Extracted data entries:
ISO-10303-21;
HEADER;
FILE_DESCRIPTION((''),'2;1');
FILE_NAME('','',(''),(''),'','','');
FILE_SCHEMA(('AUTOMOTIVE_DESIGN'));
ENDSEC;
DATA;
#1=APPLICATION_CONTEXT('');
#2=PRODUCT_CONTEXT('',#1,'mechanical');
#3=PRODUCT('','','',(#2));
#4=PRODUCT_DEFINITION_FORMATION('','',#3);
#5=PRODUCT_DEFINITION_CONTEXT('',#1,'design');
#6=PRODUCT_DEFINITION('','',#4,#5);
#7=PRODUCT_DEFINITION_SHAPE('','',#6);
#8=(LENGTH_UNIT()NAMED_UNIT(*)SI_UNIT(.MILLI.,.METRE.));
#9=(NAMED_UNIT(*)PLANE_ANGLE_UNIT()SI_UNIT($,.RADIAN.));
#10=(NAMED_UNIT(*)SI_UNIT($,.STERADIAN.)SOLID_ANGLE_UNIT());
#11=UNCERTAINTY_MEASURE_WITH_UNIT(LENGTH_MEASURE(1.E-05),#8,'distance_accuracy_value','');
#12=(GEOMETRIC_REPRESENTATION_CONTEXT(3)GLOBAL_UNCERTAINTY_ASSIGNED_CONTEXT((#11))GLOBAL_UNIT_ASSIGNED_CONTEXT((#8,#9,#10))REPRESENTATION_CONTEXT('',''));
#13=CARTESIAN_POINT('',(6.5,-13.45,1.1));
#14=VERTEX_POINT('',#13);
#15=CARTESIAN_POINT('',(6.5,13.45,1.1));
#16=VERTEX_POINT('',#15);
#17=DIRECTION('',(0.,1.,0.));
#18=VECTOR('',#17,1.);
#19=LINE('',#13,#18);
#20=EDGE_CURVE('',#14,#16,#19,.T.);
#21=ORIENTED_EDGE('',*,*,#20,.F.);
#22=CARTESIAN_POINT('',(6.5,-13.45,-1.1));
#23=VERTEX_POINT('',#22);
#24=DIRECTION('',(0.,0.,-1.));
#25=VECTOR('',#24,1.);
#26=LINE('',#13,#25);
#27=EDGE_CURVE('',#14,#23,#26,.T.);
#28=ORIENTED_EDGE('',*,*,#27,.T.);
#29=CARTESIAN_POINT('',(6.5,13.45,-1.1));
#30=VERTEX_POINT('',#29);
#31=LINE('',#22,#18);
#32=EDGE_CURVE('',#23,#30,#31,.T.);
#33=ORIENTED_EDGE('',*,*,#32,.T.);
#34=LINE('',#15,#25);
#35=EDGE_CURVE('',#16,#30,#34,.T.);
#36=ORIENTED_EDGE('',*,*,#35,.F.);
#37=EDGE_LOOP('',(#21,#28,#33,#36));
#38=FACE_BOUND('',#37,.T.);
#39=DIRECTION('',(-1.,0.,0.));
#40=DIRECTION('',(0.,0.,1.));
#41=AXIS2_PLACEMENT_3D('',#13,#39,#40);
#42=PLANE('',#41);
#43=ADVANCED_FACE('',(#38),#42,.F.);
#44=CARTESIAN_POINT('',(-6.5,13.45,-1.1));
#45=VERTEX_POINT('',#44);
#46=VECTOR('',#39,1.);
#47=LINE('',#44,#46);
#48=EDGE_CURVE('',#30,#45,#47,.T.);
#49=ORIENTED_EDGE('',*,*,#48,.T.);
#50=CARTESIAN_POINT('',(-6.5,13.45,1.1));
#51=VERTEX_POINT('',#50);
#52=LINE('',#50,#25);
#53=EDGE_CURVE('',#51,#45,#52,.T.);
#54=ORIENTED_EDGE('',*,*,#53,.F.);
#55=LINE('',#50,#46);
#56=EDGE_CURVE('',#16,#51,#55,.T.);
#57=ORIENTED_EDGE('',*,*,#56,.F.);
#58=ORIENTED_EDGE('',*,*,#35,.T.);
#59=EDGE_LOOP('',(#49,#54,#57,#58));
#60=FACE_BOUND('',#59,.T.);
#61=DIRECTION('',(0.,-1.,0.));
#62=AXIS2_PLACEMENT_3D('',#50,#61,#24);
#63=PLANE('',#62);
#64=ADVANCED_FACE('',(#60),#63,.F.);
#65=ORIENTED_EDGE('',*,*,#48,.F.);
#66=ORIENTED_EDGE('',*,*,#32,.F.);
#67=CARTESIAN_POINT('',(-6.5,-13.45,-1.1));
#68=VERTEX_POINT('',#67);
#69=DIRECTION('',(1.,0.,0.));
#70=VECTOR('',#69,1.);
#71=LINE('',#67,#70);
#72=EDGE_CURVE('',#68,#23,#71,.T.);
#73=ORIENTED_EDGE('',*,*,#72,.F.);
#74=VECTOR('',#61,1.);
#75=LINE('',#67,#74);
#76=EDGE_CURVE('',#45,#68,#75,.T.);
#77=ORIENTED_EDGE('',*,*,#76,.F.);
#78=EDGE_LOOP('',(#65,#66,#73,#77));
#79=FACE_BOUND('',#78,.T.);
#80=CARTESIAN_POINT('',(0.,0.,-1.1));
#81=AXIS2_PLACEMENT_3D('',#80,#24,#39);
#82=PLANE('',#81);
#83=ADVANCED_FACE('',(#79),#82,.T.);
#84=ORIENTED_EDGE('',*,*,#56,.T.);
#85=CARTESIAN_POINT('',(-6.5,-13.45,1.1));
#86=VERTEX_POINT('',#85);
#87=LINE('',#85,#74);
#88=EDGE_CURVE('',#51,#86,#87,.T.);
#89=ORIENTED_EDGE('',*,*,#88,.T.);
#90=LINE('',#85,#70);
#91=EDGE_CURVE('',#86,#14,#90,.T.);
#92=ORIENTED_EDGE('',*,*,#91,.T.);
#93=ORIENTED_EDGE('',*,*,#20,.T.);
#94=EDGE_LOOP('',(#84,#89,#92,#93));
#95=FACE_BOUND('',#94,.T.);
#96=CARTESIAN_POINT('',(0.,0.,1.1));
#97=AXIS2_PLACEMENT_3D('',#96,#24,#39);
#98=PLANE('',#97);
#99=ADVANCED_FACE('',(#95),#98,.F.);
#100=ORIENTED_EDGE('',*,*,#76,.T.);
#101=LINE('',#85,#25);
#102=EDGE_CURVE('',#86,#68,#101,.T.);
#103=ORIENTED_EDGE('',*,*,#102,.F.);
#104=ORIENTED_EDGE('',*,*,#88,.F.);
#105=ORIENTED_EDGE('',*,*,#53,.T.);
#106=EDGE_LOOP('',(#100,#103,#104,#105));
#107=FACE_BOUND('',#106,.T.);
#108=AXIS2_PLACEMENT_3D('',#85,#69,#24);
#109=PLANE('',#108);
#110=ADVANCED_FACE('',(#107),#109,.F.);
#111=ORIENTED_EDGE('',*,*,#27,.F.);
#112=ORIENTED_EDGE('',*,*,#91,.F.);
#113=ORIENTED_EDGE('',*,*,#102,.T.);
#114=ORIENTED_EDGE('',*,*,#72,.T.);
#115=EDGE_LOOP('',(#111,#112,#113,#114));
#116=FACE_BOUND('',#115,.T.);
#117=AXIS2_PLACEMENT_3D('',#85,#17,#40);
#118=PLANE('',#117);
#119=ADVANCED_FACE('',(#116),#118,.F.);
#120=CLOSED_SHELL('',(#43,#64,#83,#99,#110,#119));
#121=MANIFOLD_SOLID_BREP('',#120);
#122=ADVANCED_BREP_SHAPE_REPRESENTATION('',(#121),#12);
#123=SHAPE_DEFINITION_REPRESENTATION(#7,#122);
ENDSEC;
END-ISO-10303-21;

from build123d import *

# Parameters (mm, degrees)
SKETCH1_W           = 13
SKETCH1_H           = 26.9
BOSS_EXTRUDE1_DEPTH = 1.1


with BuildPart() as part:
    # Sketch1 → Boss-Extrude1 (new, symmetric)
    with BuildSketch(Plane.XY):
        Rectangle(SKETCH1_W, SKETCH1_H)
    extrude(amount=BOSS_EXTRUDE1_DEPTH, both=True)


solid = part.part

Problem: For this exercise, please output exactly the lines above starting at the line with "#8=(LENGTH_UNIT()NAMED_UNIT(*)SI_UNIT(.MILLI.,.METRE.));" and ending at the line with "#10=(NAMED_UNIT(*)SI_UNIT($,.STERADIAN.)SOLID_ANGLE_UNIT());", ends included.

Exercise result:
#8=(LENGTH_UNIT()NAMED_UNIT(*)SI_UNIT(.MILLI.,.METRE.));
#9=(NAMED_UNIT(*)PLANE_ANGLE_UNIT()SI_UNIT($,.RADIAN.));
#10=(NAMED_UNIT(*)SI_UNIT($,.STERADIAN.)SOLID_ANGLE_UNIT());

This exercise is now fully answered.